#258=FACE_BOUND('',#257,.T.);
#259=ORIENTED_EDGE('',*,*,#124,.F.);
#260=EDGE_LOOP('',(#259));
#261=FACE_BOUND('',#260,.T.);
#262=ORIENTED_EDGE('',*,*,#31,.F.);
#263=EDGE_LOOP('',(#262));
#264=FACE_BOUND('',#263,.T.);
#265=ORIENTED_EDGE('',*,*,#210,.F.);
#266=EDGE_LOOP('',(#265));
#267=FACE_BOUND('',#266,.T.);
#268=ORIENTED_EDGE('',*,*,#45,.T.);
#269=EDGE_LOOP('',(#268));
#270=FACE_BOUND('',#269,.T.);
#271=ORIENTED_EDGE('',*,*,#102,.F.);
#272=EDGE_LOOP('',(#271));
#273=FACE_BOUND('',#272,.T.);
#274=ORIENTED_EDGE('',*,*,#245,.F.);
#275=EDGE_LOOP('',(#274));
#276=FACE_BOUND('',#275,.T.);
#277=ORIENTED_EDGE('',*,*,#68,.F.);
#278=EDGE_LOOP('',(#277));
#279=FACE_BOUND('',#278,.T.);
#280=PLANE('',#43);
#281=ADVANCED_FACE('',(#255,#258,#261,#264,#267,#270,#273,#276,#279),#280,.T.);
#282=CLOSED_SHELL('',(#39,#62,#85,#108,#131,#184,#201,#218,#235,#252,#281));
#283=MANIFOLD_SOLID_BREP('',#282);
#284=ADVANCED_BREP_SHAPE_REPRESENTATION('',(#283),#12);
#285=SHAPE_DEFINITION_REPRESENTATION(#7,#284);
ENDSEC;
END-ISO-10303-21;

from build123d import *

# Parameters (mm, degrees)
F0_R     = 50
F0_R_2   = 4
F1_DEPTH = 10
_ _ _ _ _ _ _
| Task prompt |
Every record here must be output exactly, word for word.

| Result of this exercise |
#258=FACE_BOUND('',#257,.T.);
#259=ORIENTED_EDGE('',*,*,#124,.F.);
#260=EDGE_LOOP('',(#259));
#261=FACE_BOUND('',#260,.T.);
#262=ORIENTED_EDGE('',*,*,#31,.F.);
#263=EDGE_LOOP('',(#262));
#264=FACE_BOUND('',#263,.T.);
#265=ORIENTED_EDGE('',*,*,#210,.F.);
#266=EDGE_LOOP('',(#265));
#267=FACE_BOUND('',#266,.T.);
#268=ORIENTED_EDGE('',*,*,#45,.T.);
#269=EDGE_LOOP('',(#268));
#270=FACE_BOUND('',#269,.T.);
#271=ORIENTED_EDGE('',*,*,#102,.F.);
#272=EDGE_LOOP('',(#271));
#273=FACE_BOUND('',#272,.T.);
#274=ORIENTED_EDGE('',*,*,#245,.F.);
#275=EDGE_LOOP('',(#274));
#276=FACE_BOUND('',#275,.T.);
#277=ORIENTED_EDGE('',*,*,#68,.F.);
#278=EDGE_LOOP('',(#277));
#279=FACE_BOUND('',#278,.T.);
#280=PLANE('',#43);
#281=ADVANCED_FACE('',(#255,#258,#261,#264,#267,#270,#273,#276,#279),#280,.T.);
#282=CLOSED_SHELL('',(#39,#62,#85,#108,#131,#184,#201,#218,#235,#252,#281));
#283=MANIFOLD_SOLID_BREP('',#282);
#284=ADVANCED_BREP_SHAPE_REPRESENTATION('',(#283),#12);
#285=SHAPE_DEFINITION_REPRESENTATION(#7,#284);
ENDSEC;
END-ISO-10303-21;

from build123d import *

# Parameters (mm, degrees)
F0_R     = 50
F0_R_2   = 4
F1_DEPTH = 10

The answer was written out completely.